A mesure que les violences perpétrées par les forces et les colons extrémistes israéliens se sont intensifiées en Cisjordanie occupée depuis octobre 2023, les politiques de censure systématique de contenus de Meta ont réduit au silence les voix en faveur de la Palestine.
Selon un rapport, Meta Platforms, la société américaine qui gère et possède des plateformes de médias sociaux telles qu'Instagram et Facebook, permet aux groupes de colons israéliens de tirer profit de contenus anti-palestiniens, tout en bloquant la monétisation des comptes palestiniens et en limitant leur visibilité.

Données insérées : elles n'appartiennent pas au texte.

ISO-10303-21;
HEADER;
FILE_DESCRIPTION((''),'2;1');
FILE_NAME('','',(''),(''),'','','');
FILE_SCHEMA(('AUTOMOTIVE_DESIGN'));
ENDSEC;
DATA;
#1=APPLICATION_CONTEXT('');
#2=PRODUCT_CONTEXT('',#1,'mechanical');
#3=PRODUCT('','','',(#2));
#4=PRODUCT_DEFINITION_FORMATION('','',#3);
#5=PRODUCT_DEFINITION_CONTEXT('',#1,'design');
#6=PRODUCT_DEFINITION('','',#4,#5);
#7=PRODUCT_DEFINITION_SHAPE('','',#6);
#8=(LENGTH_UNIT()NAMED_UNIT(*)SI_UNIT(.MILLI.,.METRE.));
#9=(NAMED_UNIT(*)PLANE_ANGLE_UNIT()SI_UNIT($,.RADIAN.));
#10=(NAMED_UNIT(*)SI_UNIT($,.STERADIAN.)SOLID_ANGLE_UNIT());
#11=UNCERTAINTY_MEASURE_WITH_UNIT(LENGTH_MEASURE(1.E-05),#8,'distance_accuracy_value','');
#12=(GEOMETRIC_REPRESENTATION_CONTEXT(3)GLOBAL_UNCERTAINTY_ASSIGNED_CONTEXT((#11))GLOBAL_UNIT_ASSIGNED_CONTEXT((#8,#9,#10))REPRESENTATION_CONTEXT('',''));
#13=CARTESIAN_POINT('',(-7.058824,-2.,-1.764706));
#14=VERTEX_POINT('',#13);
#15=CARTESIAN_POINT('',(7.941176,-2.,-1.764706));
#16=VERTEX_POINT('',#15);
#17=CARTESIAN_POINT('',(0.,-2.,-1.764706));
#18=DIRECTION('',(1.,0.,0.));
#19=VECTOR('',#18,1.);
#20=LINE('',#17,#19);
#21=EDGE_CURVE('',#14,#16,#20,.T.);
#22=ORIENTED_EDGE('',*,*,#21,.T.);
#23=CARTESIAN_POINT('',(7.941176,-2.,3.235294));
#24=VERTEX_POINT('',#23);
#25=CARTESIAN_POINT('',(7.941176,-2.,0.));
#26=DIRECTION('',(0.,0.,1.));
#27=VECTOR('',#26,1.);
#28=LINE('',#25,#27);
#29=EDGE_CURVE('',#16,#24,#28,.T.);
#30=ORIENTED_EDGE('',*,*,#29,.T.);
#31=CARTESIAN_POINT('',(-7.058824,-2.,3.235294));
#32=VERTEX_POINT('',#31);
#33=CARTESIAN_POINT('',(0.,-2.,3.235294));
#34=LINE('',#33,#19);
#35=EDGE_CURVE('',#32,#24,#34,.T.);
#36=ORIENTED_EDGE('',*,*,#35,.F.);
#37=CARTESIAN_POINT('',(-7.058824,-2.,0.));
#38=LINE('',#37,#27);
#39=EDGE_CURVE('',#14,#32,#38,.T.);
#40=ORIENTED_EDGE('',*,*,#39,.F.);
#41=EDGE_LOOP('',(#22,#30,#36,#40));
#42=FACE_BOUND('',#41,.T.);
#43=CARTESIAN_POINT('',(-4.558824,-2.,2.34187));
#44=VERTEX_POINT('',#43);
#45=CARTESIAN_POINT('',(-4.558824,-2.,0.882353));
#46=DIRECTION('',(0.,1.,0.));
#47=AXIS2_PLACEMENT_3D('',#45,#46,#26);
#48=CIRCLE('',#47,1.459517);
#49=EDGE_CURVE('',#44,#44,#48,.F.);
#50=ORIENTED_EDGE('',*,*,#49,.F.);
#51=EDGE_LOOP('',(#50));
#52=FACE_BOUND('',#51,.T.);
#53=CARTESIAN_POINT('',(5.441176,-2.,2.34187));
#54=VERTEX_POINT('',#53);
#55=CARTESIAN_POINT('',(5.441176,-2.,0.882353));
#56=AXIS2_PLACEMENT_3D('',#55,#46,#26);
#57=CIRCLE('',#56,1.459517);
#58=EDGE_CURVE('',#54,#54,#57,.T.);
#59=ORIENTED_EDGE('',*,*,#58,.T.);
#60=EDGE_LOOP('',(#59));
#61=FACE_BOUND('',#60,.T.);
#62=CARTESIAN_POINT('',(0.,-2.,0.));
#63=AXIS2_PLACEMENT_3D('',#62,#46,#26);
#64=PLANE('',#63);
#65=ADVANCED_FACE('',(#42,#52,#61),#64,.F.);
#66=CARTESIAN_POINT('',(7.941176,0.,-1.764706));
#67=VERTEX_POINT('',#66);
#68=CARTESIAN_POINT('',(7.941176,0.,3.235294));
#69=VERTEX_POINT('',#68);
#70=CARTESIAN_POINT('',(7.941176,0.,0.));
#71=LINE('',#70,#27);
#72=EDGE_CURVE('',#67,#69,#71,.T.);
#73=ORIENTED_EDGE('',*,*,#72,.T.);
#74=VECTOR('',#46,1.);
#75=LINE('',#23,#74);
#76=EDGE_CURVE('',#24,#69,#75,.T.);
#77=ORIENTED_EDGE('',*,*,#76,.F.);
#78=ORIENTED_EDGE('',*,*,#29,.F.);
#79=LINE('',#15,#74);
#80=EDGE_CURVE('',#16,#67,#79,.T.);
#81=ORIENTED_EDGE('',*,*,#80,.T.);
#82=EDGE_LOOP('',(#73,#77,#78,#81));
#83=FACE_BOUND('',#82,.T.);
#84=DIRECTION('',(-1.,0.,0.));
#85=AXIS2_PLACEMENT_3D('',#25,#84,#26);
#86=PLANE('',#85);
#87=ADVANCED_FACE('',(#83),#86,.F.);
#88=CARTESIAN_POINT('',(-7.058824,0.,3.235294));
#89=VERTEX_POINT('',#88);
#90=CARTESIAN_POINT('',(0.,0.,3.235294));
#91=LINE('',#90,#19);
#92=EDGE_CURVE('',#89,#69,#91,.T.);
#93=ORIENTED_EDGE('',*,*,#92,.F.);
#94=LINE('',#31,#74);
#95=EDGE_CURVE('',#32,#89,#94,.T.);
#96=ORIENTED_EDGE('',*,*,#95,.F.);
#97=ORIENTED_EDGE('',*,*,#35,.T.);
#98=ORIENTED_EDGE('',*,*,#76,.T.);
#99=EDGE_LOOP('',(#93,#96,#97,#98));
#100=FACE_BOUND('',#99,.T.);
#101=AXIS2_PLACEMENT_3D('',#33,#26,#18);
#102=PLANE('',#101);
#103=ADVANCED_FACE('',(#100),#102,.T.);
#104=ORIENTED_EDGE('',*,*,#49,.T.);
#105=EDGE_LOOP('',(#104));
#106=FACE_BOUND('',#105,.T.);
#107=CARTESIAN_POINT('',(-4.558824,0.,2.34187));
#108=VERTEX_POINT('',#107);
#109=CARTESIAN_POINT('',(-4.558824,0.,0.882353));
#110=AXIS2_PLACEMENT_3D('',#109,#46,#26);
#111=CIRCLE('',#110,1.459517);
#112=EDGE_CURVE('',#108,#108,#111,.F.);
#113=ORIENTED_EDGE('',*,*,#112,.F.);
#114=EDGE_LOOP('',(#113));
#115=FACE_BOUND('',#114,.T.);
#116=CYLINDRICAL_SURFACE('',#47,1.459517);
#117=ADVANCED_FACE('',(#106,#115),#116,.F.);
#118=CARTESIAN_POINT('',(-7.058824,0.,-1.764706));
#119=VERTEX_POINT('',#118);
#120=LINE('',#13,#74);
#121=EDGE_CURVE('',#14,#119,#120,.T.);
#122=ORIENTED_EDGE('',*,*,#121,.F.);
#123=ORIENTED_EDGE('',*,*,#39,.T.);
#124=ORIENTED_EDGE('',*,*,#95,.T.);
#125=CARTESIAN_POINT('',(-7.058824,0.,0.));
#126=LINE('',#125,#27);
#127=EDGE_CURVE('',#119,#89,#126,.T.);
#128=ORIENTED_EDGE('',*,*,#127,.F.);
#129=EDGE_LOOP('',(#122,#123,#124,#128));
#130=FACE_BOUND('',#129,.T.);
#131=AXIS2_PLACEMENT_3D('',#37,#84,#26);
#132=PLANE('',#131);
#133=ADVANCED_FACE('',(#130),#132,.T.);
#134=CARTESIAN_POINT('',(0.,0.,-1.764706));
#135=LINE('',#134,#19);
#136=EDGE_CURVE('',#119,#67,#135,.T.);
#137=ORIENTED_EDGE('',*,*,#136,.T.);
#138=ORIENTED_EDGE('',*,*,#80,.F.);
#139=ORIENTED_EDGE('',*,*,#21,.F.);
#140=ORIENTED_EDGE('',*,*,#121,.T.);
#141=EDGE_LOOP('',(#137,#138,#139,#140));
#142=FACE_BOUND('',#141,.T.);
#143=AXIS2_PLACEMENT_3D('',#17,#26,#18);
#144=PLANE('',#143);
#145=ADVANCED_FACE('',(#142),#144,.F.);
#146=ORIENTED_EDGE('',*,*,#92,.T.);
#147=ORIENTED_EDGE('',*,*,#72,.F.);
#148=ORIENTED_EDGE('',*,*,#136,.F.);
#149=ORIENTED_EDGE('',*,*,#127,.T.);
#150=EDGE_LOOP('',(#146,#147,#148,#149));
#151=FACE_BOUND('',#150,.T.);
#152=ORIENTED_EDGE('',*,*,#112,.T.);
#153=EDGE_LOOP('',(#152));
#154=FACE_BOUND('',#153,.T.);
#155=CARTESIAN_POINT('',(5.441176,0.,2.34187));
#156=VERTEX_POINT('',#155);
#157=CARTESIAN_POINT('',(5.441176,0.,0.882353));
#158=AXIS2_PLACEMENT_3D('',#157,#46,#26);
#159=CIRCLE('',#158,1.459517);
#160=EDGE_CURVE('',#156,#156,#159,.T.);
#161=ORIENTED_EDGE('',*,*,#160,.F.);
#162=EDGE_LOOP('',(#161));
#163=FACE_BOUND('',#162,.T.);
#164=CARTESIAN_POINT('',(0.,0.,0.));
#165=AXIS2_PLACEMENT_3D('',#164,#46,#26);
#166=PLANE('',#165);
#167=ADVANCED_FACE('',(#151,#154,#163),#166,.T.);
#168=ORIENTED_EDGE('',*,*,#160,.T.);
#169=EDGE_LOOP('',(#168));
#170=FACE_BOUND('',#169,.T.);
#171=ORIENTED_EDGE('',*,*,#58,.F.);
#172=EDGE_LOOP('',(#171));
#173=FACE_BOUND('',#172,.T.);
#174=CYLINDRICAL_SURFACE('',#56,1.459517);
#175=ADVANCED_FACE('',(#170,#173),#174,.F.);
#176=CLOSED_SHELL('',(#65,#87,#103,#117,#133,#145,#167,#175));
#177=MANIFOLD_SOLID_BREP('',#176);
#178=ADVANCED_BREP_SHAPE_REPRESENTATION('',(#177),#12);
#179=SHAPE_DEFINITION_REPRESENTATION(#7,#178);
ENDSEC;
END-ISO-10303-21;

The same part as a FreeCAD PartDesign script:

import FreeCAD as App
import Part
import Sketcher
from FreeCAD import Vector

doc = App.newDocument("Part")
body = doc.addObject("PartDesign::Body", "Body")

sketch1 = body.newObject("Sketcher::SketchObject", "Sketch")
sketch1.AttachmentSupport = (doc.getObject("XZ_Plane"), [""])
sketch1.MapMode = "FlatFace"
sketch1.addGeometry(Part.LineSegment(Vector(-7.1, -1.8, 0), Vector(-7.1, 3.2, 0)), False)
sketch1.addGeometry(Part.LineSegment(Vector(-7.1, 3.2, 0), Vector(7.9, 3.2, 0)), False)
sketch1.addGeometry(Part.LineSegment(Vector(7.9, 3.2, 0), Vector(7.9, -1.8, 0)), False)
sketch1.addGeometry(Part.LineSegment(Vector(7.9, -1.8, 0), Vector(-7.1, -1.8, 0)), False)
sketch1.addGeometry(Part.Circle(Vector(-4.6, 0.9, 0), Vector(0, 0, 1), 1.5), False)
sketch1.addGeometry(Part.Circle(Vector(5.4, 0.9, 0), Vector(0, 0, 1), 1.5), False)
sketch1.addConstraint(Sketcher.Constraint("Coincident", 0, 2, 1, 1))
sketch1.addConstraint(Sketcher.Constraint("Coincident", 1, 2, 2, 1))
sketch1.addConstraint(Sketcher.Constraint("Coincident", 2, 2, 3, 1))
sketch1.addConstraint(Sketcher.Constraint("Coincident", 3, 2, 0, 1))
sketch1.addConstraint(Sketcher.Constraint("Vertical", 0))
sketch1.addConstraint(Sketcher.Constraint("Horizontal", 1))
sketch1.addConstraint(Sketcher.Constraint("Vertical", 2))
sketch1.addConstraint(Sketcher.Constraint("Horizontal", 3))
sketch1.addConstraint(Sketcher.Constraint("Equal", 4, 5))
sketch1.addConstraint(Sketcher.Constraint("Horizontal", 4, 3, 5, 3))
sketch1.addConstraint(Sketcher.Constraint("DistanceX", 1, 1, 1, 2, 15.0))
sketch1.addConstraint(Sketcher.Constraint("DistanceY", 0, 1, 0, 2, 5.0))
sketch1.addConstraint(Sketcher.Constraint("DistanceX", 4, 3, 5, 3, 10.0))
sketch1.addConstraint(Sketcher.Constraint("DistanceX", 0, 2, 4, 3, 2.5))
sketch1.addConstraint(Sketcher.Constraint("Diameter", 4, 2.919034))
sketch1.addConstraint(Sketcher.Constraint("DistanceY", 4, 3, 0, 2, 2.352941))
sketch1.addConstraint(Sketcher.Constraint("DistanceX", 4, 3, -1, 1, 4.558824))
sketch1.addConstraint(Sketcher.Constraint("DistanceY", -1, 1, 4, 3, 0.882353))
pad1 = body.newObject("PartDesign::Pad", "Pad")
pad1.Profile = sketch1
pad1.Length = 2

doc.recompute()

Une nouvelle enquête du Centre arabe pour la promotion des médias sociaux (7amleh) a révélé que des groupes juifs extrémistes, tels que Hilltop Youth, sanctionnés par les États-Unis, le Royaume-Uni et d'autres pays pour leur implication dans des attaques violentes contre des Palestiniens en Cisjordanie occupée, continuent de générer des revenus via Facebook et Instagram.
Le rapport présente des exemples de pages israéliennes monétisées qui "font la promotion d'avant-postes illégaux, justifient les violences des colons, se moquent des victimes palestiniennes, appellent au déplacement forcé ou célèbrent la destruction et le génocide à Gaza".
Les systèmes de modération de Meta permettent toujours à ces groupes, qui utilisent les plateformes pour s'organiser et collecter des fonds pour des activités de colonisation illégales, de percevoir des revenus malgré leurs actes de violence et leurs violations des propres politiques de l'entreprise. Parallèlement, les comptes palestiniens de journalistes et de défenseurs des droits de l'homme reconnus sont soumis à une censure systématique et à un "effacement numérique".
7amleh a documenté des milliers de cas où des comptes palestiniens ont été discrètement bannis, restreints ou supprimés définitivement pour avoir montré la réalité de la vie sous occupation israélienne.
Cette disparité crée un "blocus de monétisation" qui empêche les créateurs palestiniens de gagner de l'argent en fonction de leur situation géographique. "Cette réalité crée un système à deux vitesses : d'une part, la participation numérique et économique des Palestiniens est réprimée ; d'autre part, les pages qui promeuvent la colonisation, la violence et l'incitation à la haine contre les Palestiniens sont financièrement récompensées", conclut le rapport.
En permettant à des groupes sanctionnés de tirer profit de la situation tout en étouffant les récits de ceux qui font des reportages sur le terrain, Meta est accusée de faciliter un "apartheid numérique" en Asie de l'Ouest.
7amleh a appelé à un audit indépendant de la modération en hébreu de Meta et à la fin des politiques discriminatoires qui réduisent au silence la société civile palestinienne tout en favorisant la violence des colons israéliens.
La violence des forces israéliennes et des colons extrémistes s'est intensifiée en Cisjordanie occupée depuis octobre 2023, après que le régime de Tel-Aviv a lancé sa guerre génocidaire contre Gaza. Depuis lors, les attaques israéliennes en Cisjordanie ont entraîné la mort d'au moins 1 154 Palestiniens, sans oublier environ 11 750 blessés.
Plus de 700 000 Israéliens vivent dans plus de 230 colonies construites depuis l'occupation israélienne de la Cisjordanie et de Qods-Est en 1967. La communauté internationale considère ces colonies comme illégales au regard du droit international et des Conventions de Genève, car elles sont construites sur des territoires occupés palestiniens.
Le Conseil de sécurité des Nations Unies a condamné les projets de colonisation du régime israélien dans plusieurs résolutions.
En juillet 2024, la Cour internationale de Justice (CIJ) a déclaré illégale l'occupation par Israël, qui dure depuis des décennies, de la Palestine historique. La CIJ a exigé l'évacuation de toutes les colonies existantes en Cisjordanie et à Qods-Est.